Part of the President's health care reform proposal calls for implementation of computerized database networks and "smart card" technology, which will improve record keeping and patient monitoring, as well as access to potentially life-saving information. While these technologies may prove beneficial, there are problems. Computerization of information has intensified concerns about the privacy of personal medical records. The following, adapted from a recent report by the Congressional Office of Technology Assessment, explains some essential elements of this issue.

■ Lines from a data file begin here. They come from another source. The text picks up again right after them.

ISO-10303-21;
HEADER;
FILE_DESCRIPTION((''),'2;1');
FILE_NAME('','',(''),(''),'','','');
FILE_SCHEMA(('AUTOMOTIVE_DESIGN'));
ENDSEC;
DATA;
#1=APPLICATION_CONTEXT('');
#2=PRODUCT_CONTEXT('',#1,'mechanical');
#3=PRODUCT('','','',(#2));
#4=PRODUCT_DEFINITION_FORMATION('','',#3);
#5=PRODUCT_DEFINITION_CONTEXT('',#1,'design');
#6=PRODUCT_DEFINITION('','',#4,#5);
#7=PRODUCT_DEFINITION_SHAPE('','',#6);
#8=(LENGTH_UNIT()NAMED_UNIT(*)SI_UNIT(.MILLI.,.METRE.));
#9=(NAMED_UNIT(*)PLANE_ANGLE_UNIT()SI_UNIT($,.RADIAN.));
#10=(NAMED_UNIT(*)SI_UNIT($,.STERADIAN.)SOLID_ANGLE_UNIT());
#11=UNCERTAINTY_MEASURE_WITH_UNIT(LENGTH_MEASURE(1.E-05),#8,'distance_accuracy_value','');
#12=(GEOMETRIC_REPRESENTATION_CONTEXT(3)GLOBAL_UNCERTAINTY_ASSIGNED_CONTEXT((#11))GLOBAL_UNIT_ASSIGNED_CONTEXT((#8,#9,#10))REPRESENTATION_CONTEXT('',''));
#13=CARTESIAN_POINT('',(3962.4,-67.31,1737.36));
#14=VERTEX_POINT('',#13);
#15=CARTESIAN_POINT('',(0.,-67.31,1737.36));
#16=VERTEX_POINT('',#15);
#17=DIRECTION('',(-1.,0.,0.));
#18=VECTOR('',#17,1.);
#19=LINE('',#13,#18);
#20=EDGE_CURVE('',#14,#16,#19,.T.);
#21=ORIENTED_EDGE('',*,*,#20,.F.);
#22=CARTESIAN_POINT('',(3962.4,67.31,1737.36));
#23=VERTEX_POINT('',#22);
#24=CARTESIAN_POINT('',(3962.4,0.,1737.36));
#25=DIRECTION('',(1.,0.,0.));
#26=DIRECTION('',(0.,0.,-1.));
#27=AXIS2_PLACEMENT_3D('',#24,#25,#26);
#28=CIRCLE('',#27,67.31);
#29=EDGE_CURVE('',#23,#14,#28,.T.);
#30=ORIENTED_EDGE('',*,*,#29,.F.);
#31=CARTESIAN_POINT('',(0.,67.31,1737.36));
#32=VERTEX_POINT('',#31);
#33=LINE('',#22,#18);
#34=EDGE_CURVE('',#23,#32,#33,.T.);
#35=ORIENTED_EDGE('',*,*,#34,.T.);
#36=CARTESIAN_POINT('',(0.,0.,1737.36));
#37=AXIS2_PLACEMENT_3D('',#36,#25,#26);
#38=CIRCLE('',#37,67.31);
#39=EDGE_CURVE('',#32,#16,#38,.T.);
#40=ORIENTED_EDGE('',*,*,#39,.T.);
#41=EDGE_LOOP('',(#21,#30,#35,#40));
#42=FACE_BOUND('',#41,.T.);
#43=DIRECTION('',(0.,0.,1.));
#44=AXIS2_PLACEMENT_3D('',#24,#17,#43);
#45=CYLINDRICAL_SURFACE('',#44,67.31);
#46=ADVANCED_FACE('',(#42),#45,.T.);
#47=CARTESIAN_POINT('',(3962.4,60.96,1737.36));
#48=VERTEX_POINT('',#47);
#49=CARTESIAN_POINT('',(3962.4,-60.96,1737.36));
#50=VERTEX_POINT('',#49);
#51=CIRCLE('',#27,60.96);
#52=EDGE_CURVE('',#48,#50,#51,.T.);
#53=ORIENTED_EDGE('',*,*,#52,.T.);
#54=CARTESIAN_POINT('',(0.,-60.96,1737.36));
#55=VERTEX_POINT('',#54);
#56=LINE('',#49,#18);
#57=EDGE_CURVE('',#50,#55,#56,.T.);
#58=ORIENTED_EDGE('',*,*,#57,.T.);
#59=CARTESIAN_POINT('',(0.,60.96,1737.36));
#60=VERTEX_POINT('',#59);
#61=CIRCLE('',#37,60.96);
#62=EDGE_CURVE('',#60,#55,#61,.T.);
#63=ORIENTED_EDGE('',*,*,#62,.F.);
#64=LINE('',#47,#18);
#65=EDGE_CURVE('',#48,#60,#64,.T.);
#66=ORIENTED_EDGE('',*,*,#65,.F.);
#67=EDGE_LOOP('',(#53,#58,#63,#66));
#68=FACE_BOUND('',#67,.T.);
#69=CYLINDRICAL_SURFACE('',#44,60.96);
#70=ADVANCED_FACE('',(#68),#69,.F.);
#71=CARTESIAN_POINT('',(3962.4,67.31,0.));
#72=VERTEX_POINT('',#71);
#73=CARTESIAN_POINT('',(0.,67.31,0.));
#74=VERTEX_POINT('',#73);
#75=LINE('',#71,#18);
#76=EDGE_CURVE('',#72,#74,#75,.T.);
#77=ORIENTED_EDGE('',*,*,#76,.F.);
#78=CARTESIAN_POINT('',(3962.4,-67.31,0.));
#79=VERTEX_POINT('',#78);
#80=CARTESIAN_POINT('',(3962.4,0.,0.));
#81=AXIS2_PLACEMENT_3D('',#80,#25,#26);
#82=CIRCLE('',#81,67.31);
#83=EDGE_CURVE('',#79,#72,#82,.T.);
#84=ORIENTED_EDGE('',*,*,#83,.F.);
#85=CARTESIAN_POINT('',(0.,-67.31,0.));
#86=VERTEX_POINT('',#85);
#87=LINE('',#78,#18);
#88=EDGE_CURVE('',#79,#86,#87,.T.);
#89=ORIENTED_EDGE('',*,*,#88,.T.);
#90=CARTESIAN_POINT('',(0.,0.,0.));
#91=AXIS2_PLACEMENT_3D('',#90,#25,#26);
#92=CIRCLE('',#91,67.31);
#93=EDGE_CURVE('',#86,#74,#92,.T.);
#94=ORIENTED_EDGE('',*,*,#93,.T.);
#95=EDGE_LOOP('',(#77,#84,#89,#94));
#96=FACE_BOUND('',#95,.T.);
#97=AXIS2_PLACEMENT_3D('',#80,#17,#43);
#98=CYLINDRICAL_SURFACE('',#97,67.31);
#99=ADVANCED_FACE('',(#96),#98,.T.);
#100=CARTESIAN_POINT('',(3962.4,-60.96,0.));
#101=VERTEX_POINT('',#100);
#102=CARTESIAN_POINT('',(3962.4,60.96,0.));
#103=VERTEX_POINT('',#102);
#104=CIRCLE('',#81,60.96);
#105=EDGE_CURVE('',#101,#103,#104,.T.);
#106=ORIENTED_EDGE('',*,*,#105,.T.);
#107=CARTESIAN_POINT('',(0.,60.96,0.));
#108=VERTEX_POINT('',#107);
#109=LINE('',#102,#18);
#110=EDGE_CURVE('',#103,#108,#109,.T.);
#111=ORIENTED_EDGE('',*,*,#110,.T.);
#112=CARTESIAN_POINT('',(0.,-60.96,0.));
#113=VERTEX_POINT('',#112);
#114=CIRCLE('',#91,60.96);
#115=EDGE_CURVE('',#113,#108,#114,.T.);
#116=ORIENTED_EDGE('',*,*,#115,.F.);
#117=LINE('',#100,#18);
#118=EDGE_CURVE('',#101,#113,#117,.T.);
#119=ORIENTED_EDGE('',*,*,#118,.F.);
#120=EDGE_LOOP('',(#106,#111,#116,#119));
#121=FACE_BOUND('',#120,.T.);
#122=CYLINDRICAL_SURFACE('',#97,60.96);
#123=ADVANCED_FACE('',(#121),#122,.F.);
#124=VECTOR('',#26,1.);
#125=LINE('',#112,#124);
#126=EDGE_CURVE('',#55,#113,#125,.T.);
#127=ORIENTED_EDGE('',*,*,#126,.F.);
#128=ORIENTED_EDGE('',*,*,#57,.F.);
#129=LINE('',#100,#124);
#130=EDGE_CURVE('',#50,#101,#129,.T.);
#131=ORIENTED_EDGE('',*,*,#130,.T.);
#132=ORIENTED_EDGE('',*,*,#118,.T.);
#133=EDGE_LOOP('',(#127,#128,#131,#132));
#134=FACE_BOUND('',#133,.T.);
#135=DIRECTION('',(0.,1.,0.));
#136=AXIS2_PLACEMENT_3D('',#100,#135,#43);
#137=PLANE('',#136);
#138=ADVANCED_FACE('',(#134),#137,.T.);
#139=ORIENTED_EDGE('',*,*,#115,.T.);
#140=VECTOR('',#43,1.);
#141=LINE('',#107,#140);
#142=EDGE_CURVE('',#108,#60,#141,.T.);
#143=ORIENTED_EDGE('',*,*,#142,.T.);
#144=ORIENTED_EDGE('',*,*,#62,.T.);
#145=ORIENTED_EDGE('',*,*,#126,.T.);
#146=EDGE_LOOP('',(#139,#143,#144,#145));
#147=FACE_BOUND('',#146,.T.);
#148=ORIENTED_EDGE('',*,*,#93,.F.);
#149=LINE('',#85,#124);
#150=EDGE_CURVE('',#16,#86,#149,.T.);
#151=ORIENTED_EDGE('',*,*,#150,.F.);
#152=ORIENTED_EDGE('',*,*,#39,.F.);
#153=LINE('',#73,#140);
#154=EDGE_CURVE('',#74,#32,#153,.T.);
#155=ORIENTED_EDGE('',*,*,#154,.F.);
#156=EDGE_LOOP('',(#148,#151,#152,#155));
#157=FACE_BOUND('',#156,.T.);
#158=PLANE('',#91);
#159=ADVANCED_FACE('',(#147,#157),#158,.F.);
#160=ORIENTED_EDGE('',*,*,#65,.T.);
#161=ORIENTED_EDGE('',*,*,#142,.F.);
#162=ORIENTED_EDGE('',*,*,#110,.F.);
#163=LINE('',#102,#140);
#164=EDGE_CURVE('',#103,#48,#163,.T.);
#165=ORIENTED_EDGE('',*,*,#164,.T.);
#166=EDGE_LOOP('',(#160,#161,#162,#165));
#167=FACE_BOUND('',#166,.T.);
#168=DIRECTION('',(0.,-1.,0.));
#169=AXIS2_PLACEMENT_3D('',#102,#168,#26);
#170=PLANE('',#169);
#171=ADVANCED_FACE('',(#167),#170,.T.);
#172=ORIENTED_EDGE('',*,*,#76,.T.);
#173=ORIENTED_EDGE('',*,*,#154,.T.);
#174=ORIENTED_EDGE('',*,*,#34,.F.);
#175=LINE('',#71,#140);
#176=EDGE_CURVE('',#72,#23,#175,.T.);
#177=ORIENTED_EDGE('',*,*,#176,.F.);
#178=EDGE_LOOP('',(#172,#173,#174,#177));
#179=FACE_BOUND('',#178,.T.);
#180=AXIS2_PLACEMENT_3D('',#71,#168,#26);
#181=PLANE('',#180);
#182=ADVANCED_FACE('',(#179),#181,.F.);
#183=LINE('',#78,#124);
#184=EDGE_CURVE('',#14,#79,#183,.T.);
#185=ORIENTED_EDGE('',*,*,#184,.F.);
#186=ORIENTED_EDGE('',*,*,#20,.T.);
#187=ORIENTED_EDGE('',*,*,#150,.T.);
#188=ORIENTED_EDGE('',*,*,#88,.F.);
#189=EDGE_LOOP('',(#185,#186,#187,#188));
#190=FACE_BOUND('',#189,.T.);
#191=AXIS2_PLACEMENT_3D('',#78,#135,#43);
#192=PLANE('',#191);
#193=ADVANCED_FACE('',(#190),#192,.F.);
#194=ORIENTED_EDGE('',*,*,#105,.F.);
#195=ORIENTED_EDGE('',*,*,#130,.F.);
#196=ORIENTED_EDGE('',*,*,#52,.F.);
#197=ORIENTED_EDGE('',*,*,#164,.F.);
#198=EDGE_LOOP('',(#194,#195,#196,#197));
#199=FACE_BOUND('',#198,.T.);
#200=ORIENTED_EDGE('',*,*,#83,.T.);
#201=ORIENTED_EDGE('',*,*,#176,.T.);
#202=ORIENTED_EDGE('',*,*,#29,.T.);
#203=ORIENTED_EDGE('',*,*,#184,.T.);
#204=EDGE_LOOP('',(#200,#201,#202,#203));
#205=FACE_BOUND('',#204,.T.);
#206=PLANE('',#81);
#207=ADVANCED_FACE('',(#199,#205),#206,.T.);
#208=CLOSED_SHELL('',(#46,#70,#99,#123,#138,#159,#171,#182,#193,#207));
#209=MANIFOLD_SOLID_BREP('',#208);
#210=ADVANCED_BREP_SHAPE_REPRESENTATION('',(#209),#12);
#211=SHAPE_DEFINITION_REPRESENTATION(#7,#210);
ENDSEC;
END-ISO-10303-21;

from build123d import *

# Parameters (mm, degrees)
BOSS_EXTRUDE1_DEPTH = 3962.4


with BuildPart() as part:
    # Sketch1 → Boss-Extrude1 (new body)
    with BuildSketch(Plane(origin=(0, 0, 0), x_dir=(0, 0, -1), z_dir=(1, 0, 0))):
        with BuildLine():
            Line((0, -67.31), (-1737.36, -67.31))
            ThreePointArc((-1737.36, -67.31), (-1804.67, 0), (-1737.36, 67.31))
            Line((-1737.36, 67.31), (0, 67.31))
            ThreePointArc((0, 67.31), (67.31, 0), (0, -67.31))
        make_face()
        with BuildLine():
            Line((0, -60.96), (-1737.36, -60.96))
            ThreePointArc((-1737.36, -60.96), (-1798.32, 0), (-1737.36, 60.96))
            Line((-1737.36, 60.96), (0, 60.96))
            ThreePointArc((0, 60.96), (60.96, 0), (0, -60.96))
        make_face(mode=Mode.SUBTRACT)
    extrude(amount=BOSS_EXTRUDE1_DEPTH)


solid = part.part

Health care information relates to profoundly personal aspects of an individual's life. The medical records kept by physicians and hospitals about patients may include identifying information, X-ray films, EKG and lab test results, daily observations by nurses, physical examination results, diagnoses, drug and treatment orders, progress notes and post-operative reports from physicians, medical histories secured from patients, consent forms authorizing treatment or the release of information, summaries from the medical records of other institutions, and copies of forms shared with outside institutions for insurance purposes.

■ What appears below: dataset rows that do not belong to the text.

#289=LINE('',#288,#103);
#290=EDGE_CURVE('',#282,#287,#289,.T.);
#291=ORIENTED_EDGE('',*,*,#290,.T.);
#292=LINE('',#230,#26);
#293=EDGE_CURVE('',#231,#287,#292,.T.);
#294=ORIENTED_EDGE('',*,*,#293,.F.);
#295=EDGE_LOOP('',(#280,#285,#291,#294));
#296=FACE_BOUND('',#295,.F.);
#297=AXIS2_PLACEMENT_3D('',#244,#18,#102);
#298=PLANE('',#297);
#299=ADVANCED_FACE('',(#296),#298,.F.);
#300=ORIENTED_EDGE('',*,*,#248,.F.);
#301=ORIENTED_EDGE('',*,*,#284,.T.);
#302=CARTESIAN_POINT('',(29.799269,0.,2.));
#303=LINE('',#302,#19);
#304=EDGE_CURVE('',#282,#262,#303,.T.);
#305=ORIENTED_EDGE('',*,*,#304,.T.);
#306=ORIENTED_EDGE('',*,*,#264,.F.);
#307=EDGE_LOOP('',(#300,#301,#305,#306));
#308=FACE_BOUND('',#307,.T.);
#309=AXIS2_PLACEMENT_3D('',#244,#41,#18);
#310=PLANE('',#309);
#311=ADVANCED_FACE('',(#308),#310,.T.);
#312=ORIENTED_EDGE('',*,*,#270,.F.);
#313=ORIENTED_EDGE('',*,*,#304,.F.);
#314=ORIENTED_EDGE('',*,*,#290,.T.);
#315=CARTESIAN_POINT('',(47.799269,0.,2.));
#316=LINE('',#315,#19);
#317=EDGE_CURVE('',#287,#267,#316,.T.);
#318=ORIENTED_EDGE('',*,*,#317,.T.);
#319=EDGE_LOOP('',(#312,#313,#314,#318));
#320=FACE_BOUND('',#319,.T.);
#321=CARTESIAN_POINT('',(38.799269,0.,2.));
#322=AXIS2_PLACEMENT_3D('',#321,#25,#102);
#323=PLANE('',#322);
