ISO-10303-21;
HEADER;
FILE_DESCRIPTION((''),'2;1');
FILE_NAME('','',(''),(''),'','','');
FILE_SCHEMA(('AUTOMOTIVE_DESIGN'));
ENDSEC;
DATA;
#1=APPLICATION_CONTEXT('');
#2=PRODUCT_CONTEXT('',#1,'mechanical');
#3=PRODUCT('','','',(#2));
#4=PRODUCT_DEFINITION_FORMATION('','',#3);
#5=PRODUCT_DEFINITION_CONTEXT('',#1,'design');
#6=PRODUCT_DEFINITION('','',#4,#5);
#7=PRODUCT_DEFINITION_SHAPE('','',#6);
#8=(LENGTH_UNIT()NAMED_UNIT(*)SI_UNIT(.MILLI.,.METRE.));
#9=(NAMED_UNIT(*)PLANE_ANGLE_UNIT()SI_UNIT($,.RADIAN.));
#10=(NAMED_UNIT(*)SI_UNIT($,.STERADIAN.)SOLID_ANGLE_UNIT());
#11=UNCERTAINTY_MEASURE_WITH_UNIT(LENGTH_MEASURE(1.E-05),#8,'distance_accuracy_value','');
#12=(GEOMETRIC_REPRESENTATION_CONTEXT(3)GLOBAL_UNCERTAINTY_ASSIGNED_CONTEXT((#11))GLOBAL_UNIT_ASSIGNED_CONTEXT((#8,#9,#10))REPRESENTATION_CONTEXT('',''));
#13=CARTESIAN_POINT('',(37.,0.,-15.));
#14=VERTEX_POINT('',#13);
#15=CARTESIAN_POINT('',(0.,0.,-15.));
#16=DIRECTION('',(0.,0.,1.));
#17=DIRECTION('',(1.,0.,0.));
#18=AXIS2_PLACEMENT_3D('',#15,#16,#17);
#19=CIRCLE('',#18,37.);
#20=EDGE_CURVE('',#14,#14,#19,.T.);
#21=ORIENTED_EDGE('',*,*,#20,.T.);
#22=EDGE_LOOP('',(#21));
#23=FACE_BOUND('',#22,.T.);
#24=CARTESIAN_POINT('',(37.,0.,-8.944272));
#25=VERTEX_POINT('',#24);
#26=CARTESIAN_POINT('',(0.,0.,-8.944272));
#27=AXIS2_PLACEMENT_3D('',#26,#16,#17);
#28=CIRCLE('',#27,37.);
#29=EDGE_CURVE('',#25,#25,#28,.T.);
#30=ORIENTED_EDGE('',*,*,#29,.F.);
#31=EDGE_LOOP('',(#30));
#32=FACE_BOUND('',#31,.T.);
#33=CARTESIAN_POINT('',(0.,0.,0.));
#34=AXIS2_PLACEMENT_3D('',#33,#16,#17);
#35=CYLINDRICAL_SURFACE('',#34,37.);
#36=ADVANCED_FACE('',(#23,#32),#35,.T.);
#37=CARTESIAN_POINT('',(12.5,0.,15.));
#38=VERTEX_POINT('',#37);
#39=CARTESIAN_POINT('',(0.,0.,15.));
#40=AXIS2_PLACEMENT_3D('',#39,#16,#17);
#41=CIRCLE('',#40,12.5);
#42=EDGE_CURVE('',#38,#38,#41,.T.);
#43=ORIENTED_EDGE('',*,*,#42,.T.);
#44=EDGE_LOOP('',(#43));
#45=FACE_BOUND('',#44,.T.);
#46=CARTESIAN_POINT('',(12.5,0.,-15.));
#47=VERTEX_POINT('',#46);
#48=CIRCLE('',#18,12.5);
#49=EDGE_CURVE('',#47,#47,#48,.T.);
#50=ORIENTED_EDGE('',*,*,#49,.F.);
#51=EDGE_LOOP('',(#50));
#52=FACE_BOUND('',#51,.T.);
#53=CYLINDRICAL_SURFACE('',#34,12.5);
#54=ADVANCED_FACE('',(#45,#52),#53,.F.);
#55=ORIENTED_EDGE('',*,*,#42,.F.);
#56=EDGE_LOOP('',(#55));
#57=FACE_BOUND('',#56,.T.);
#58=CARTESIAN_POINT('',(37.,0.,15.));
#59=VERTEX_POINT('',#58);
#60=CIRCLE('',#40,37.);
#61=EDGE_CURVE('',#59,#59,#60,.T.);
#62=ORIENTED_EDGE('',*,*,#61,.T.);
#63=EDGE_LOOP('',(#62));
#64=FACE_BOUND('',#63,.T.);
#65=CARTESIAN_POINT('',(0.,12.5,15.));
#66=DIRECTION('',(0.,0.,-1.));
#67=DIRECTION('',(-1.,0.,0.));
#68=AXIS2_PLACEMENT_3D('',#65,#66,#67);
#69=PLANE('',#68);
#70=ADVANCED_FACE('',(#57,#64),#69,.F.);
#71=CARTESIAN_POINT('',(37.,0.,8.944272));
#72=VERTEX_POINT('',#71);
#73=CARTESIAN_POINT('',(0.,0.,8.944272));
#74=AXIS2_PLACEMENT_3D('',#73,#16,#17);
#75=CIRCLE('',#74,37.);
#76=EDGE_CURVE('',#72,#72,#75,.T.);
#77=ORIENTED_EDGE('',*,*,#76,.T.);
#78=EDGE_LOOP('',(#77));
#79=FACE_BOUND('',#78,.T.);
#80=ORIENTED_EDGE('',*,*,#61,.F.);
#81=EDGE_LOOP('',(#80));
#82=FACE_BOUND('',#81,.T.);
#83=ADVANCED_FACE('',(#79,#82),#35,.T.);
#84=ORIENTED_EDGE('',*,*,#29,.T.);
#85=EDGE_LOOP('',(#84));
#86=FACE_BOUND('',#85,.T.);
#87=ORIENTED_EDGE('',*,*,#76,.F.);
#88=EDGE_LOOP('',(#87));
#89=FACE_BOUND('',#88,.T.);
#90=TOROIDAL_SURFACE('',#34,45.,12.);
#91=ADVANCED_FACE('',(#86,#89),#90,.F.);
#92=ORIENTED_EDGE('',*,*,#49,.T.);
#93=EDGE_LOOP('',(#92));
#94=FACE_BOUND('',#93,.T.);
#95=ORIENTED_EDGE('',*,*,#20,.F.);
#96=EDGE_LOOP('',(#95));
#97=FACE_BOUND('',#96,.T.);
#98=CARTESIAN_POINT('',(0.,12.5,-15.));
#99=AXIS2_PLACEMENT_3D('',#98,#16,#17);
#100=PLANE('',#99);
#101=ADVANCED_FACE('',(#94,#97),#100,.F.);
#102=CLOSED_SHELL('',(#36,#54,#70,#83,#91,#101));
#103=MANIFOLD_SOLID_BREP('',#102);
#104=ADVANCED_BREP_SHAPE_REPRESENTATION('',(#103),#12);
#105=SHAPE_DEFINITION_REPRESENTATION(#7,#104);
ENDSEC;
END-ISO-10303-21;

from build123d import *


with BuildPart() as part:
    # Sketch1 → Revolve1 (revolve)
    with BuildSketch(Plane(origin=(0, 0, 0), x_dir=(0, 0, -1), z_dir=(1, 0, 0)), mode=Mode.PRIVATE) as revolve1_sk:
        with BuildLine():
            Line((15, 12.5), (-15, 12.5))
            Line((-15, 12.5), (-15, 37))
            Line((-15, 37), (-8.94427191, 37))
            ThreePointArc((-8.94427191, 37), (0, 33), (8.94427191, 37))
            Line((8.94427191, 37), (15, 37))
            Line((15, 37), (15, 12.5))
        make_face()
    revolve(revolve1_sk.sketch.rotate(Axis((0, 0, 0), (0, 0, -1)), 90), axis=Axis((0, 0, 0), (0, 0, -1)))


solid = part.part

In addition, medical records may also contain subjective information based on impressions and assessments by the health care worker. Medical records may include impressions of mental abilities and psychological stability and status; lifestyle information or suppositions (including sexual practices and functioning); dietary habits, exercise, and recreational activities (including dangerous ones life insurers would want to know about); religious observances and their impact on treatment decisions; alcohol and drug use; and comments on attitudes toward illness, physicians, treatments, compliance with therapy and advice, etc.

Increasingly sophisticated diagnostic tools yield more and more detailed, and potentially sensitive, information about a person's body - genetic research and testing result in information that not only indicates a patient's present condition but also enables prediction of his or her future medical condition and the prospect of developing specific medical problems.

Medical information can affect such basic life activities as getting married, securing employment, obtaining insurance, or driving a car. Medical conditions have served as the basis for discriminatory practices, making it difficult to participate in these activities. Because of its highly sensitive nature, improper disclosure of medical information can result in loss of business opportunities, compromised financial status, damaged reputation, harassment, and personal humiliation. However, defining what is "sensitive" in a record may be difficult, since the definitions may depend on the intended use of a record. Yet at the same time, the integrity of the patient record and the disclosure by the patient to the physician of information necessary to establish an accurate diagnosis is desirable to attain the best clinical outcome. Simply stated, disclosure of medical information by the patient, free of the fear of improper use, is necessary to obtaining good quality medical care. An environment must be maintained in which this kind of disclosure is possible. In its testimony to the U.S. Privacy Commission, the American Medical Association stated, "Patients would be reluctant to tell their physicians certain types of information, which they need to know in order to render appropriate care, if patients did not feel that such information would remain confidential." More recently, the AMA Code of Medical Ethics stated:

"The confidentiality of physician-patient communications is desirable to assure free and open disclosure by the patient to the physician of all information needed to establish a proper diagnosis and attain the most desirable clinical outcome possible. Protecting the confidentiality of the personal and medical information in such medical records also necessary to prevent humiliation, embarrassment, or discomfort of patients.